## [Work instruction]
Nothing but the lines from the one containing "#14=VERTEX_POINT('',#13);" through the one containing "#22=EDGE_CURVE('',#14,#16,#21,.T.);", both included, should be given again, each exactly as written below.

## [Collected data]
——
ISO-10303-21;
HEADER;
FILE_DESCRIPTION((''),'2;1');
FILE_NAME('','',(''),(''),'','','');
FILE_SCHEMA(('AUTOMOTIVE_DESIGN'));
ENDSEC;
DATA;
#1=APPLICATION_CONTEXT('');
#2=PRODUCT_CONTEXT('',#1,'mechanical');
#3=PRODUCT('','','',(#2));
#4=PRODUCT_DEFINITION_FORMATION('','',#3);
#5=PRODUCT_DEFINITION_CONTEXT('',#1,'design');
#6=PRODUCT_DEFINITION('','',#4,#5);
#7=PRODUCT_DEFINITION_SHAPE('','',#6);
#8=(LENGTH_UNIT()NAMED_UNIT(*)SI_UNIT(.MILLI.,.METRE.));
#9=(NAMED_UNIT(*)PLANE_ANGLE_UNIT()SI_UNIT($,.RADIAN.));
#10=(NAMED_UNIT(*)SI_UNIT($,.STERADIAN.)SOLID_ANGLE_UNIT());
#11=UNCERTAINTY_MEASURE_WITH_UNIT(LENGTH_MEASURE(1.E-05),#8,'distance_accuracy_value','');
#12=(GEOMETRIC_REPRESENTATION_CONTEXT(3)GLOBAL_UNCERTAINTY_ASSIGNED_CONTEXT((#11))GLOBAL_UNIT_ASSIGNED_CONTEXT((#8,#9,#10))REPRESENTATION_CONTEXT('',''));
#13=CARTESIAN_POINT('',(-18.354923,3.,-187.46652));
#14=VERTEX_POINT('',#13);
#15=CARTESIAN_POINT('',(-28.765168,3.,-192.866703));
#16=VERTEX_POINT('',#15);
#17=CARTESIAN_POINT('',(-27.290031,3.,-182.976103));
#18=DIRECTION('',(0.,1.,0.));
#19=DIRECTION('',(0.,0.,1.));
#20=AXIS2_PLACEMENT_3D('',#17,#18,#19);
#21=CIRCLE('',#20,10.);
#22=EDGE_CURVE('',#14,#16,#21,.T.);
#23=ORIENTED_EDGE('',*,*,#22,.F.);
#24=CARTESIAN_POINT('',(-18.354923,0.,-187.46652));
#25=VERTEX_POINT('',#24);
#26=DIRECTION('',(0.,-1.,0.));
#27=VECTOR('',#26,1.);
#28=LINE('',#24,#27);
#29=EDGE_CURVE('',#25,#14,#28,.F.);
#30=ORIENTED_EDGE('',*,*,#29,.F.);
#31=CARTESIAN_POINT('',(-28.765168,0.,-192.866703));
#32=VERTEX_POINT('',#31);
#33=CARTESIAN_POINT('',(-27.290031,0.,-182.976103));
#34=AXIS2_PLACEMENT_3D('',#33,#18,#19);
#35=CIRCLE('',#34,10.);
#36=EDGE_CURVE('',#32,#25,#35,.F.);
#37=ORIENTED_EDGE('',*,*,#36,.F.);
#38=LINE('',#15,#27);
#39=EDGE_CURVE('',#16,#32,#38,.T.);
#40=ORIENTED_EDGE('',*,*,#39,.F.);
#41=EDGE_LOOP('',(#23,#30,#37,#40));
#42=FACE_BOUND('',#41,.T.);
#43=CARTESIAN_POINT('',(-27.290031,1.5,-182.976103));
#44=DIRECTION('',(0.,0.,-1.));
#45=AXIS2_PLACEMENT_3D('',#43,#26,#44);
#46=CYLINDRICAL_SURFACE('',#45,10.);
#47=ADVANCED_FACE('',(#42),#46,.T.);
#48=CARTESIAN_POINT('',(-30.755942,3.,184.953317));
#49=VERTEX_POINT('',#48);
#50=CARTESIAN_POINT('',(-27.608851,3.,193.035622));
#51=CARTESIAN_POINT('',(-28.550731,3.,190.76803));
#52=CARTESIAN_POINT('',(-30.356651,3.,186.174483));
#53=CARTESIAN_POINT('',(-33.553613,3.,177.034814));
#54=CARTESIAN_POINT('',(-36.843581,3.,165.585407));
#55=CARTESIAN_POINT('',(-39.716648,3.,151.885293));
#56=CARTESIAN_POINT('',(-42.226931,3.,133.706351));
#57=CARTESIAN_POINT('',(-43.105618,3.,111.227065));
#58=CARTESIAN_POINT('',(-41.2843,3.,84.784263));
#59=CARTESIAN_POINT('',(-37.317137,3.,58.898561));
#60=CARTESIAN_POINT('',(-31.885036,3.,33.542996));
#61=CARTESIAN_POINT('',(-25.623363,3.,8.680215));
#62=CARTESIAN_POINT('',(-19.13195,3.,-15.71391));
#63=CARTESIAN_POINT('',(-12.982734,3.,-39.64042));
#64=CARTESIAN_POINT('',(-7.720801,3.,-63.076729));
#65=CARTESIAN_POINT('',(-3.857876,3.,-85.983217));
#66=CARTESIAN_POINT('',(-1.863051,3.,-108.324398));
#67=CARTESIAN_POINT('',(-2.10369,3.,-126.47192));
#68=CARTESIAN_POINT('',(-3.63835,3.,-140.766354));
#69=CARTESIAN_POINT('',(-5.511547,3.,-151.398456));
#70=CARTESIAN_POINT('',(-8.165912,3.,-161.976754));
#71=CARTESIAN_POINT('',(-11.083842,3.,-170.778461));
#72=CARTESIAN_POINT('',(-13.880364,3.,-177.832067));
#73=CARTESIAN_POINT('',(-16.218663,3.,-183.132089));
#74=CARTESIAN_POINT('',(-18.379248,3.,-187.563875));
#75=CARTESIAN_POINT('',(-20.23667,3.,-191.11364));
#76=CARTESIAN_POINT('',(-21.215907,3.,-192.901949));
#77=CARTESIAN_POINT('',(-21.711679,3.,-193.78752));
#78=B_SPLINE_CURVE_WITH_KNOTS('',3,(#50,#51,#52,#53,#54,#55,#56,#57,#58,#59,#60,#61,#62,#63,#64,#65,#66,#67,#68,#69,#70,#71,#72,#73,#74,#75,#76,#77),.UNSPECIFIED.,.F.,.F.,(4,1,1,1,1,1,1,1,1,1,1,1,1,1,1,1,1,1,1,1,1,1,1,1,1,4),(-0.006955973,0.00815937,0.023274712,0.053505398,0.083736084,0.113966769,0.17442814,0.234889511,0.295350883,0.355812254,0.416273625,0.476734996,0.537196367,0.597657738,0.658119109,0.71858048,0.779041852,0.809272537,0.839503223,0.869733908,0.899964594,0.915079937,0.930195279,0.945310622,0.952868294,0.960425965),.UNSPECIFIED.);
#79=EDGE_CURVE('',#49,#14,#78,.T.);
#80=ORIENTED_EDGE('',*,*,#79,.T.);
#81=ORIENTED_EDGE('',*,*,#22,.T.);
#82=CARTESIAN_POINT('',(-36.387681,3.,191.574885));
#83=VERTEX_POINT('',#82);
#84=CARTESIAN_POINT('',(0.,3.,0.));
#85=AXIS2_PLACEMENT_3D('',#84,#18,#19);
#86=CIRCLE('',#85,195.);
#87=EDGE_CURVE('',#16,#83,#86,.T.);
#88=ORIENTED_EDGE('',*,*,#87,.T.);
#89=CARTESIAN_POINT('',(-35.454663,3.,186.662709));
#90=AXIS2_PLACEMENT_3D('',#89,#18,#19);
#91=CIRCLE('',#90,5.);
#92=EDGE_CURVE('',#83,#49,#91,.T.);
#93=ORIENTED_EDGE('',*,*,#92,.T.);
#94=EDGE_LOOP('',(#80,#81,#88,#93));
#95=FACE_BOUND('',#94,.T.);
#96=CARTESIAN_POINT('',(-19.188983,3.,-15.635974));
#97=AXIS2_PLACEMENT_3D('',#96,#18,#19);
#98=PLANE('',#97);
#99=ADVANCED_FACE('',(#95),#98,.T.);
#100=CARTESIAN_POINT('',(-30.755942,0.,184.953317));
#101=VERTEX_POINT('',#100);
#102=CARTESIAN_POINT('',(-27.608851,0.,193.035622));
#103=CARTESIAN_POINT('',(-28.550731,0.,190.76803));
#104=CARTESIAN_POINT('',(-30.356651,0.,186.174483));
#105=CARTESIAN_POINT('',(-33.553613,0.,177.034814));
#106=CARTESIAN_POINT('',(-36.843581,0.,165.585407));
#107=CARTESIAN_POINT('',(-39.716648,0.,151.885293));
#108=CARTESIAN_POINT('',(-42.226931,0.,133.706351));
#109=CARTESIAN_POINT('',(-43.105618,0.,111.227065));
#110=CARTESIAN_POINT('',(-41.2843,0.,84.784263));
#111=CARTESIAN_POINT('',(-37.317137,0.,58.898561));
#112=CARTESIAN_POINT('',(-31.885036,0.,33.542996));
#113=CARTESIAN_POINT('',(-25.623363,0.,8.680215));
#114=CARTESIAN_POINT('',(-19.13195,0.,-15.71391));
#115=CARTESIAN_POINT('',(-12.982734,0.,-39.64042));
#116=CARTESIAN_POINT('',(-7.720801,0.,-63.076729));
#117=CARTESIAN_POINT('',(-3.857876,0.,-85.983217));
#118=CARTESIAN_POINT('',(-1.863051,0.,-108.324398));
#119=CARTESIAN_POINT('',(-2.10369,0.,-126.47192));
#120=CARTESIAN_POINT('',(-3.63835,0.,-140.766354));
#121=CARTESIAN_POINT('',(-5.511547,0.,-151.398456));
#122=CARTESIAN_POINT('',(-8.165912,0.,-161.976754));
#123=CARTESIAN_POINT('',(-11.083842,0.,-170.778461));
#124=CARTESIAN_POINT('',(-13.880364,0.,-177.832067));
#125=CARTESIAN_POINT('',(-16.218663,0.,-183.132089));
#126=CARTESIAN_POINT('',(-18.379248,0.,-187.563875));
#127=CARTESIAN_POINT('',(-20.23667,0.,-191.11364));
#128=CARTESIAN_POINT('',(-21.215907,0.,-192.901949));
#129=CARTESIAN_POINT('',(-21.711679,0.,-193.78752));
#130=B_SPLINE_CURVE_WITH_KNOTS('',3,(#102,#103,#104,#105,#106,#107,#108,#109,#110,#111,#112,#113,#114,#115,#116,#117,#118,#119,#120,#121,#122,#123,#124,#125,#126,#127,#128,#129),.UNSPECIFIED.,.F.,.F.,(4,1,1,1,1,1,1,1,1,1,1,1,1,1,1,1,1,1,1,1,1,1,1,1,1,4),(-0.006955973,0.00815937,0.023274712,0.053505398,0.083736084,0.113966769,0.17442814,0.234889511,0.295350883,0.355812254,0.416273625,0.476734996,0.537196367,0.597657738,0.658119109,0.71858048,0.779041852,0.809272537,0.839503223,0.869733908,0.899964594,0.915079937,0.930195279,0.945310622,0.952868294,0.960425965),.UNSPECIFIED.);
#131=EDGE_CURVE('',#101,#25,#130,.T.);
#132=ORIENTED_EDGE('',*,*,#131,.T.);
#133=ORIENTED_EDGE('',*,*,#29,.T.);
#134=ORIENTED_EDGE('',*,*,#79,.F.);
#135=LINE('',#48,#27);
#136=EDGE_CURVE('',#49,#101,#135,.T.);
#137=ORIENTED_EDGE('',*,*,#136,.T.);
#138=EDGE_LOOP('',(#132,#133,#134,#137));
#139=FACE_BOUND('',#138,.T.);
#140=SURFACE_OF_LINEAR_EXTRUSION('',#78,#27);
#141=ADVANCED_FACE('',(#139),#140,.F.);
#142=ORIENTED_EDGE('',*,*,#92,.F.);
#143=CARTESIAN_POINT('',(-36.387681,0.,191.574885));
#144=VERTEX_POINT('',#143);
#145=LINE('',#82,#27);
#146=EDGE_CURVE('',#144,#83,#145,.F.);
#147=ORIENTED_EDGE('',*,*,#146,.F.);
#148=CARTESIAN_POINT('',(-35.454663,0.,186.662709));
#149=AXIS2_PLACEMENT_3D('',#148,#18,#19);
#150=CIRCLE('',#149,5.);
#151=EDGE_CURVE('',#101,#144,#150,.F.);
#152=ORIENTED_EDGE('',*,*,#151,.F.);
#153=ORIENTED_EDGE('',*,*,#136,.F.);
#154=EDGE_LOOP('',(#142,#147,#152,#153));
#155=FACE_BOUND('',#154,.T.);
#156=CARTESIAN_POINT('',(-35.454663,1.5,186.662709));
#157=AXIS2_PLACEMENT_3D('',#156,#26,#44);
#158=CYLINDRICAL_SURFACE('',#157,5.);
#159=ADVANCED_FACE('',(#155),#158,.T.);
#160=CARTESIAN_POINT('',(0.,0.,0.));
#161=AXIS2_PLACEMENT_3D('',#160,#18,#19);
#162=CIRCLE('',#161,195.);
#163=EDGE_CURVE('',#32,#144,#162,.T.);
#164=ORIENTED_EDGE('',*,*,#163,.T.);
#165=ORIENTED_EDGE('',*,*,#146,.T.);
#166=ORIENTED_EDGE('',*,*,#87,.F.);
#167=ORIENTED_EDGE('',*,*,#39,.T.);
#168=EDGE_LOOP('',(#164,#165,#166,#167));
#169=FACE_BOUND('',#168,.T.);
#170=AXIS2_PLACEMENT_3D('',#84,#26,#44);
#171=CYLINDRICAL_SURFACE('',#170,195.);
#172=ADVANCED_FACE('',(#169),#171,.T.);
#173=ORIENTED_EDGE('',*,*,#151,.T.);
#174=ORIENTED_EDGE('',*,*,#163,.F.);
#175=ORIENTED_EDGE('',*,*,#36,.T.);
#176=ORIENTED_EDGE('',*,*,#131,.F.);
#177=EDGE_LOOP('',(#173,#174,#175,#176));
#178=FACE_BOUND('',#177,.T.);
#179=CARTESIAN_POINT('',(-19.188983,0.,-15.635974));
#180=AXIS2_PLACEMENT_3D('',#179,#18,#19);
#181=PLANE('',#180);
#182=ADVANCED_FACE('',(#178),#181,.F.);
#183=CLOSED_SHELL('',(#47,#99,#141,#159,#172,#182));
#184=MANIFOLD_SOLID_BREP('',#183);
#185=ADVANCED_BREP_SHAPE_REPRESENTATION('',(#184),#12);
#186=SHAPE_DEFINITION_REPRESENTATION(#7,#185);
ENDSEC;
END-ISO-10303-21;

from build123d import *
from OCP.BRepFilletAPI import BRepFilletAPI_MakeFillet

# Parameters (mm, degrees)
BOSS_EXTRUDE5_DEPTH = 3
FILLET2_R1          = 5
FILLET2_R2          = 10


with BuildPart() as part:
    # Sketch1 → Boss-Extrude5 (new body)
    with BuildSketch(Plane(origin=(0, 0, 0), x_dir=(1, 0, 0), z_dir=(0, 1, 0))):
        with BuildLine():
            ThreePointArc((-21.711678963, 193.787520229), (-194.977343561, 2.97245654), (-27.608851206, -193.035621933))
            add(Edge.make_bspline(
                [(-21.711678963, 193.787520229), (-21.215906846, 192.901948597), (-20.236669685, 191.113640386), (-18.379248477, 187.563874928), (-16.218663363, 183.132088605), (-13.880363657, 177.832066934), (-11.083841534, 170.778461006), (-8.165911644, 161.976754005), (-5.51154676, 151.398455895), (-3.638350282, 140.766353814), (-2.103689887, 126.471919675), (-1.863050975, 108.324397723), (-3.85787606, 85.983216789), (-7.720800614, 63.076728972), (-12.982733753, 39.640419651), (-19.131949706, 15.713910349), (-25.623362601, -8.680214771), (-31.885036107, -33.542996426), (-37.31713678, -58.898561138), (-41.284300413, -84.784262962), (-43.105618433, -111.227065061), (-42.226930504, -133.706350521), (-39.716648062, -151.885293025), (-36.843581357, -165.585407167), (-33.553612687, -177.034814152), (-30.356651443, -186.174483349), (-28.550731137, -190.768029803), (-27.608851206, -193.035621933)],
                knots=[-0.006955973, -0.006955973, -0.006955973, -0.006955973, 0.000601698, 0.00815937, 0.023274712, 0.038390055, 0.053505398, 0.083736084, 0.113966769, 0.144197455, 0.17442814, 0.234889511, 0.295350883, 0.355812254, 0.416273625, 0.476734996, 0.537196367, 0.597657738, 0.658119109, 0.71858048, 0.779041852, 0.839503223, 0.869733908, 0.899964594, 0.930195279, 0.945310622, 0.960425965, 0.960425965, 0.960425965, 0.960425965], degree=3))
        make_face()
    extrude(amount=BOSS_EXTRUDE5_DEPTH)

    # Fillet2: one fillet with a radius per group of edges: ONE call of the kernel's fillet builder (fillet() takes one radius for all edges)
    fillet2_edges_1 = [part.edges().sort_by_distance(p)[0] for p in [
        (-27.608851206, 1.5, 193.035621933),
    ]]
    fillet2_edges_2 = [part.edges().sort_by_distance(p)[0] for p in [
        (-21.711678963, 1.5, -193.787520229),
    ]]
    fillet2 = BRepFilletAPI_MakeFillet(part.part.solid().wrapped)
    for e in fillet2_edges_1:
        fillet2.Add(FILLET2_R1, e.wrapped)
    for e in fillet2_edges_2:
        fillet2.Add(FILLET2_R2, e.wrapped)
    add(Compound.cast(fillet2.Shape()), mode=Mode.REPLACE)


solid = part.part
——
## [Response to the task]
#14=VERTEX_POINT('',#13);
#15=CARTESIAN_POINT('',(-28.765168,3.,-192.866703));
#16=VERTEX_POINT('',#15);
#17=CARTESIAN_POINT('',(-27.290031,3.,-182.976103));
#18=DIRECTION('',(0.,1.,0.));
#19=DIRECTION('',(0.,0.,1.));
#20=AXIS2_PLACEMENT_3D('',#17,#18,#19);
#21=CIRCLE('',#20,10.);
#22=EDGE_CURVE('',#14,#16,#21,.T.);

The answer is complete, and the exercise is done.